> TRY IT:
Among the entries below, extract exactly the lines that run from the one with "v55 (-39.870836,19.05,16.515041)" through the one with "e92 v54 v5 LINE", both ends included.

> DATA RECORDS:
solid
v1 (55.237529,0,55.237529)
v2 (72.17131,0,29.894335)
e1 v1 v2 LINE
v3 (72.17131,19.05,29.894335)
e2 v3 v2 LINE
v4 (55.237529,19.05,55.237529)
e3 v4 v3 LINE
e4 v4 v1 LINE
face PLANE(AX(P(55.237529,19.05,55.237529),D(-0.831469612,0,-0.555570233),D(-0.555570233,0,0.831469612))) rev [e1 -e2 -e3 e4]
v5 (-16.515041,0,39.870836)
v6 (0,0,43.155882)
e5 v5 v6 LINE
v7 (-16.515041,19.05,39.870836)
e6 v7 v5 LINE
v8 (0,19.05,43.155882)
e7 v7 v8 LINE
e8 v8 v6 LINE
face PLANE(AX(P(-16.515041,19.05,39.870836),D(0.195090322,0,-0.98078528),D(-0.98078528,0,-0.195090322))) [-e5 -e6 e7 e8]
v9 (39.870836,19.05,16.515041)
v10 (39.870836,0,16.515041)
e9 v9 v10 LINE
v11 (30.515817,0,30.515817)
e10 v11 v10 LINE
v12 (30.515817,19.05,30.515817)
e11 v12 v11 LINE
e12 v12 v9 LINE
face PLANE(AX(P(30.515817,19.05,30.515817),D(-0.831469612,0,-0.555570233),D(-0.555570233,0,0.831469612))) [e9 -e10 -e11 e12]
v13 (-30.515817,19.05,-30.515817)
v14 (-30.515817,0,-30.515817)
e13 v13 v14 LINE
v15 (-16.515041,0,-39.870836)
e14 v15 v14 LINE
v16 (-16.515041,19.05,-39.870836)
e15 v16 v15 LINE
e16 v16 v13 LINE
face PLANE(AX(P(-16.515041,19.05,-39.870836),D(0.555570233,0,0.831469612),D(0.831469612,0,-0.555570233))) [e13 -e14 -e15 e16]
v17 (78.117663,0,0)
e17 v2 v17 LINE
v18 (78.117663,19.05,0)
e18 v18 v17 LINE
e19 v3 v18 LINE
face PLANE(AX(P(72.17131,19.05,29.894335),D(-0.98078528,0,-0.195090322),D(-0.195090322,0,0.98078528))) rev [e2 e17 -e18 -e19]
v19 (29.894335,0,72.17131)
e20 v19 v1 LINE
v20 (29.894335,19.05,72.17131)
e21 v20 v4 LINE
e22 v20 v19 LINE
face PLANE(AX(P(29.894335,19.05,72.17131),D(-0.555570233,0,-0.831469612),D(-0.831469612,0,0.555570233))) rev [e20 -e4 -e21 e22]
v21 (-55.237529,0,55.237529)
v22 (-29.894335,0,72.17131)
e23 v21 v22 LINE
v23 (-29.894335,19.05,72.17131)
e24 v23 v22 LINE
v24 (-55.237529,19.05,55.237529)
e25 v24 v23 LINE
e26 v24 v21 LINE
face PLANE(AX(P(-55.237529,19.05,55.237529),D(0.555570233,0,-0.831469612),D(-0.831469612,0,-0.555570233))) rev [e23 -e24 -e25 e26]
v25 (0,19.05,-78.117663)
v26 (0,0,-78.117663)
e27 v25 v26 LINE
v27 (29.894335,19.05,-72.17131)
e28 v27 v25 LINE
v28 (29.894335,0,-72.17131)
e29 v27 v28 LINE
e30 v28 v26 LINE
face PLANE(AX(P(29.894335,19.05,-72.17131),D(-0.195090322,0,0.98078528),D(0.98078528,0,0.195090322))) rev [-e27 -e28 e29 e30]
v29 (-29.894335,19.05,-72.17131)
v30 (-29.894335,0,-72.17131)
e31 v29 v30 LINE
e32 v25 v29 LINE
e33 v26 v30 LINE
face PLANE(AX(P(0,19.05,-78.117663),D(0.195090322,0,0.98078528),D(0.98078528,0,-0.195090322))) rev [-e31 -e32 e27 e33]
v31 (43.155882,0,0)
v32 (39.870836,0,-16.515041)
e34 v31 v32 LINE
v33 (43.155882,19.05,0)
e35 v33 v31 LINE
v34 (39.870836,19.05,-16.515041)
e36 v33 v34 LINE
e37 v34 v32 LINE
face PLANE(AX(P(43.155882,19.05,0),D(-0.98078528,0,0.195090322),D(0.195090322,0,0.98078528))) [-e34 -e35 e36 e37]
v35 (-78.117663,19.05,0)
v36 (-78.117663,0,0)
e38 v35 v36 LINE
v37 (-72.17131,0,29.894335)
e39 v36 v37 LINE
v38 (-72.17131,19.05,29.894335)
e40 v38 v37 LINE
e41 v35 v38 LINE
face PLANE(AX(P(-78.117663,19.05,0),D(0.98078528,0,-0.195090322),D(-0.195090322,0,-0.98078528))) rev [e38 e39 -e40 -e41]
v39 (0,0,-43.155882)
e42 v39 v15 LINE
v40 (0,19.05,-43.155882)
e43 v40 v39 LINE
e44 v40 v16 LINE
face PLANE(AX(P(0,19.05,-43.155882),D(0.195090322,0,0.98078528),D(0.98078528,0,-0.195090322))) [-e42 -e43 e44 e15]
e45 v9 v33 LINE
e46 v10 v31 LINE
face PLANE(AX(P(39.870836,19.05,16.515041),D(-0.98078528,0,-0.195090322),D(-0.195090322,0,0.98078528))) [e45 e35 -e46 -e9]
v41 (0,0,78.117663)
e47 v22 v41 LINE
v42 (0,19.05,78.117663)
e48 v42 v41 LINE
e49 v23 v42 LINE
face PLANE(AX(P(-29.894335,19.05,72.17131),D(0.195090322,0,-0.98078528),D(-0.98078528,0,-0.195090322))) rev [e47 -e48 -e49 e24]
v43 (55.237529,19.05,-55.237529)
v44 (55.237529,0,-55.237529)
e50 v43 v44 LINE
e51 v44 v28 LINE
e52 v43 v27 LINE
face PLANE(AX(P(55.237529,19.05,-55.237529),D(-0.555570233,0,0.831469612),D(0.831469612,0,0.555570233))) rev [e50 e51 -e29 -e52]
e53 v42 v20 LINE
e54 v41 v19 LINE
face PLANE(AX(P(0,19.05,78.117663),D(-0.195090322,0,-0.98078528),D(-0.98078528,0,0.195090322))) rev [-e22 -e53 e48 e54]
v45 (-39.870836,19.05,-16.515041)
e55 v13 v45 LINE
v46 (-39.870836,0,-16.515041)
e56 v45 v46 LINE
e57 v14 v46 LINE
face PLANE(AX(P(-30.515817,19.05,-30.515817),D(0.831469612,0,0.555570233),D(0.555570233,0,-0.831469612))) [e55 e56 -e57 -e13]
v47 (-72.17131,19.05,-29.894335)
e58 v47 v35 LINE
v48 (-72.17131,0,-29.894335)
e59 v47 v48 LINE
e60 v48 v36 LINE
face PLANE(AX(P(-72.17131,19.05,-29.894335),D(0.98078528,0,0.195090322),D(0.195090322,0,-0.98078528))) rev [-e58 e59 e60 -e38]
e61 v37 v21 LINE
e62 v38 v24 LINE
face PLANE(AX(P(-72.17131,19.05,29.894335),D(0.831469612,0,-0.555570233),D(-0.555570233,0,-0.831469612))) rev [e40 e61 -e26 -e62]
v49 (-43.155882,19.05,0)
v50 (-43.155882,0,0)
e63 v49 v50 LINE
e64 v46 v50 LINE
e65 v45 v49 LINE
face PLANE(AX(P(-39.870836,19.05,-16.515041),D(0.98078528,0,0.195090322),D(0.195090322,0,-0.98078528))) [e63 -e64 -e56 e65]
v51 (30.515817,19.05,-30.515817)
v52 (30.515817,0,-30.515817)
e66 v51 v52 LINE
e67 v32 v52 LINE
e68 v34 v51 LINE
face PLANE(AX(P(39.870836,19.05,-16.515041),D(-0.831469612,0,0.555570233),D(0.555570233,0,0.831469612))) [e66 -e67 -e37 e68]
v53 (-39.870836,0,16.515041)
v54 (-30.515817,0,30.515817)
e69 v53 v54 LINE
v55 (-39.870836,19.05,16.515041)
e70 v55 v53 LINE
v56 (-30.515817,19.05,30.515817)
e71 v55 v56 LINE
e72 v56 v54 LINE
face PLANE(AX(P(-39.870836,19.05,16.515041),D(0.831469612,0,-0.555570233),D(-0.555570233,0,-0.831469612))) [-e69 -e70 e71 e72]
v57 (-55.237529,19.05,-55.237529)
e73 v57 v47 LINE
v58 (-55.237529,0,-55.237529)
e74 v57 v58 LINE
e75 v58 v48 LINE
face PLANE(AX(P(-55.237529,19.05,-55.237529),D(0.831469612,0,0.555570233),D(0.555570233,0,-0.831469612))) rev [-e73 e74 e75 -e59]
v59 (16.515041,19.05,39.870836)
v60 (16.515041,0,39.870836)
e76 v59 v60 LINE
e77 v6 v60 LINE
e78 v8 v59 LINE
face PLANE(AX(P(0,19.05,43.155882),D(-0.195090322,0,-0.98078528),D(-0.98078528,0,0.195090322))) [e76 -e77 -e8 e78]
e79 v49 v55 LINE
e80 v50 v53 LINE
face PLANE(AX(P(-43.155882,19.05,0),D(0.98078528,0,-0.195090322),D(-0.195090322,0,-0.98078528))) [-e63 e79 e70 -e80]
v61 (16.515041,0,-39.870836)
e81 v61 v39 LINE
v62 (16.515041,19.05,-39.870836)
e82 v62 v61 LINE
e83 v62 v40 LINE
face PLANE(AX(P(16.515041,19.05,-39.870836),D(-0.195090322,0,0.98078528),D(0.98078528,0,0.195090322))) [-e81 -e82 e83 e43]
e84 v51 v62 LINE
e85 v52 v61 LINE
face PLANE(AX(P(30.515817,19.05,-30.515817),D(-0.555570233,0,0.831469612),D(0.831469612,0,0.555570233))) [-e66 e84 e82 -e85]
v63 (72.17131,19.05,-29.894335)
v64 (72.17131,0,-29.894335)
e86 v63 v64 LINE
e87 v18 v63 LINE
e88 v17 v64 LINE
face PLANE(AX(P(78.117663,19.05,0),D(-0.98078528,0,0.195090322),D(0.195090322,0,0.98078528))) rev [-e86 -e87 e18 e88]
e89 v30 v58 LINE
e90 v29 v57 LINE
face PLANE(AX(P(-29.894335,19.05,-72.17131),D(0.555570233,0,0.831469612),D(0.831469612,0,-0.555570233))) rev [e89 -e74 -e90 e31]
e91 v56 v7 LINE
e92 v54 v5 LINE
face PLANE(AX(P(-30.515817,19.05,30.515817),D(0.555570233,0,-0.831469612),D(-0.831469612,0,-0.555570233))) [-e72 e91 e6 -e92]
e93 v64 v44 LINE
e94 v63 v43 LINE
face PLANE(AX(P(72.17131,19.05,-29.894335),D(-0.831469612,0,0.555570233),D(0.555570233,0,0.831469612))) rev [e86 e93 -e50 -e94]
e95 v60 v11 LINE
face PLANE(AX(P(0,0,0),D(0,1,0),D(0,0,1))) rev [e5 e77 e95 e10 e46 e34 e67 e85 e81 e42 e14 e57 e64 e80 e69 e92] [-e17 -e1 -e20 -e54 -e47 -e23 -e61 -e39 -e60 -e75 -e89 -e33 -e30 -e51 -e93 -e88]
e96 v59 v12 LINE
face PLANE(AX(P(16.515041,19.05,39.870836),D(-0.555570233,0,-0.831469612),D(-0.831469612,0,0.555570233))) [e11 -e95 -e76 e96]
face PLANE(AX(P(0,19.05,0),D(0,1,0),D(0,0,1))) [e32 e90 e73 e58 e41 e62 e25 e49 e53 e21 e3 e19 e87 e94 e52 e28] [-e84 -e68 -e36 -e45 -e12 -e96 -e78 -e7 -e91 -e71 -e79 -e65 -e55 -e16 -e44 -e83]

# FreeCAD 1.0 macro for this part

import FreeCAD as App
import Part
import Sketcher
Q = App.Units.Quantity

doc = App.newDocument("Part")
body = doc.addObject("PartDesign::Body", "Body")

# Sketch on XZ plane
sketch1 = body.newObject("Sketcher::SketchObject", "Sketch")
sketch1.AttachmentSupport = (doc.getObject("XZ_Plane"), [""])
sketch1.MapMode = "FlatFace"
sketch1.addGeometry([
    Part.LineSegment(App.Vector(-78, 0, 0), App.Vector(-72, 30, 0)),  # 0
    Part.LineSegment(App.Vector(-72, 30, 0), App.Vector(-55, 55, 0)),  # 1
    Part.LineSegment(App.Vector(-55, 55, 0), App.Vector(-30, 72, 0)),  # 2
    Part.LineSegment(App.Vector(-30, 72, 0), App.Vector(0, 78, 0)),  # 3
    Part.LineSegment(App.Vector(0, 78, 0), App.Vector(30, 72, 0)),  # 4
    Part.LineSegment(App.Vector(30, 72, 0), App.Vector(55, 55, 0)),  # 5
    Part.LineSegment(App.Vector(55, 55, 0), App.Vector(72, 30, 0)),  # 6
    Part.LineSegment(App.Vector(72, 30, 0), App.Vector(78, 0, 0)),  # 7
    Part.LineSegment(App.Vector(78, 0, 0), App.Vector(72, -30, 0)),  # 8
    Part.LineSegment(App.Vector(72, -30, 0), App.Vector(55, -55, 0)),  # 9
    Part.LineSegment(App.Vector(55, -55, 0), App.Vector(30, -72, 0)),  # 10
    Part.LineSegment(App.Vector(30, -72, 0), App.Vector(0, -78, 0)),  # 11
    Part.LineSegment(App.Vector(0, -78, 0), App.Vector(-30, -72, 0)),  # 12
    Part.LineSegment(App.Vector(-30, -72, 0), App.Vector(-55, -55, 0)),  # 13
    Part.LineSegment(App.Vector(-55, -55, 0), App.Vector(-72, -30, 0)),  # 14
    Part.LineSegment(App.Vector(-72, -30, 0), App.Vector(-78, 0, 0)),  # 15
    Part.LineSegment(App.Vector(-40, 17, 0), App.Vector(-43, 0, 0)),  # 16
    Part.LineSegment(App.Vector(-43, 0, 0), App.Vector(-40, -17, 0)),  # 17
    Part.LineSegment(App.Vector(-40, -17, 0), App.Vector(-31, -31, 0)),  # 18
    Part.LineSegment(App.Vector(-31, -31, 0), App.Vector(-17, -40, 0)),  # 19
    Part.LineSegment(App.Vector(-17, -40, 0), App.Vector(0, -43, 0)),  # 20
    Part.LineSegment(App.Vector(0, -43, 0), App.Vector(17, -40, 0)),  # 21
    Part.LineSegment(App.Vector(17, -40, 0), App.Vector(31, -31, 0)),  # 22
    Part.LineSegment(App.Vector(31, -31, 0), App.Vector(40, -17, 0)),  # 23
    Part.LineSegment(App.Vector(40, -17, 0), App.Vector(43, 0, 0)),  # 24
    Part.LineSegment(App.Vector(43, 0, 0), App.Vector(40, 17, 0)),  # 25
    Part.LineSegment(App.Vector(40, 17, 0), App.Vector(31, 31, 0)),  # 26
    Part.LineSegment(App.Vector(31, 31, 0), App.Vector(17, 40, 0)),  # 27
    Part.LineSegment(App.Vector(17, 40, 0), App.Vector(0, 43, 0)),  # 28
    Part.LineSegment(App.Vector(0, 43, 0), App.Vector(-17, 40, 0)),  # 29
    Part.LineSegment(App.Vector(-17, 40, 0), App.Vector(-31, 31, 0)),  # 30
    Part.LineSegment(App.Vector(-31, 31, 0), App.Vector(-40, 17, 0)),  # 31
], False)
sketch1.addConstraint([
    Sketcher.Constraint("Coincident", 0, 2, 1, 1),
    Sketcher.Constraint("Coincident", 1, 2, 2, 1),
    Sketcher.Constraint("Coincident", 2, 2, 3, 1),
    Sketcher.Constraint("Coincident", 3, 2, 4, 1),
    Sketcher.Constraint("Coincident", 4, 2, 5, 1),
    Sketcher.Constraint("Coincident", 5, 2, 6, 1),
    Sketcher.Constraint("Coincident", 6, 2, 7, 1),
    Sketcher.Constraint("Coincident", 7, 2, 8, 1),
    Sketcher.Constraint("Coincident", 8, 2, 9, 1),
    Sketcher.Constraint("Coincident", 9, 2, 10, 1),
    Sketcher.Constraint("Coincident", 10, 2, 11, 1),
    Sketcher.Constraint("Coincident", 11, 2, 12, 1),
    Sketcher.Constraint("Coincident", 12, 2, 13, 1),
    Sketcher.Constraint("Coincident", 13, 2, 14, 1),
    Sketcher.Constraint("Coincident", 14, 2, 15, 1),
    Sketcher.Constraint("Coincident", 15, 2, 0, 1),
    Sketcher.Constraint("Coincident", 16, 2, 17, 1),
    Sketcher.Constraint("Coincident", 17, 2, 18, 1),
    Sketcher.Constraint("Coincident", 18, 2, 19, 1),
    Sketcher.Constraint("Coincident", 19, 2, 20, 1),
    Sketcher.Constraint("Coincident", 20, 2, 21, 1),
    Sketcher.Constraint("Coincident", 21, 2, 22, 1),
    Sketcher.Constraint("Coincident", 22, 2, 23, 1),
    Sketcher.Constraint("Coincident", 23, 2, 24, 1),
    Sketcher.Constraint("Coincident", 24, 2, 25, 1),
    Sketcher.Constraint("Coincident", 25, 2, 26, 1),
    Sketcher.Constraint("Coincident", 26, 2, 27, 1),
    Sketcher.Constraint("Coincident", 27, 2, 28, 1),
    Sketcher.Constraint("Coincident", 28, 2, 29, 1),
    Sketcher.Constraint("Coincident", 29, 2, 30, 1),
    Sketcher.Constraint("Coincident", 30, 2, 31, 1),
    Sketcher.Constraint("Coincident", 31, 2, 16, 1),
    Sketcher.Constraint("Symmetric", 0, 2, 8, 2, -1, 1),
    Sketcher.Constraint("Symmetric", 1, 2, 9, 2, -1, 1),
    Sketcher.Constraint("Symmetric", 2, 2, 10, 2, -1, 1),
    Sketcher.Constraint("Symmetric", 3, 2, 11, 2, -1, 1),
    Sketcher.Constraint("Symmetric", 4, 2, 12, 2, -1, 1),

> WRITTEN ANSWER:
v55 (-39.870836,19.05,16.515041)
e70 v55 v53 LINE
v56 (-30.515817,19.05,30.515817)
e71 v55 v56 LINE
e72 v56 v54 LINE
face PLANE(AX(P(-39.870836,19.05,16.515041),D(0.831469612,0,-0.555570233),D(-0.555570233,0,-0.831469612))) [-e69 -e70 e71 e72]
v57 (-55.237529,19.05,-55.237529)
e73 v57 v47 LINE
v58 (-55.237529,0,-55.237529)
e74 v57 v58 LINE
e75 v58 v48 LINE
face PLANE(AX(P(-55.237529,19.05,-55.237529),D(0.831469612,0,0.555570233),D(0.555570233,0,-0.831469612))) rev [-e73 e74 e75 -e59]
v59 (16.515041,19.05,39.870836)
v60 (16.515041,0,39.870836)
e76 v59 v60 LINE
e77 v6 v60 LINE
e78 v8 v59 LINE
face PLANE(AX(P(0,19.05,43.155882),D(-0.195090322,0,-0.98078528),D(-0.98078528,0,0.195090322))) [e76 -e77 -e8 e78]
e79 v49 v55 LINE
e80 v50 v53 LINE
face PLANE(AX(P(-43.155882,19.05,0),D(0.98078528,0,-0.195090322),D(-0.195090322,0,-0.98078528))) [-e63 e79 e70 -e80]
v61 (16.515041,0,-39.870836)
e81 v61 v39 LINE
v62 (16.515041,19.05,-39.870836)
e82 v62 v61 LINE
e83 v62 v40 LINE
face PLANE(AX(P(16.515041,19.05,-39.870836),D(-0.195090322,0,0.98078528),D(0.98078528,0,0.195090322))) [-e81 -e82 e83 e43]
e84 v51 v62 LINE
e85 v52 v61 LINE
face PLANE(AX(P(30.515817,19.05,-30.515817),D(-0.555570233,0,0.831469612),D(0.831469612,0,0.555570233))) [-e66 e84 e82 -e85]
v63 (72.17131,19.05,-29.894335)
v64 (72.17131,0,-29.894335)
e86 v63 v64 LINE
e87 v18 v63 LINE
e88 v17 v64 LINE
face PLANE(AX(P(78.117663,19.05,0),D(-0.98078528,0,0.195090322),D(0.195090322,0,0.98078528))) rev [-e86 -e87 e18 e88]
e89 v30 v58 LINE
e90 v29 v57 LINE
face PLANE(AX(P(-29.894335,19.05,-72.17131),D(0.555570233,0,0.831469612),D(0.831469612,0,-0.555570233))) rev [e89 -e74 -e90 e31]
e91 v56 v7 LINE
e92 v54 v5 LINE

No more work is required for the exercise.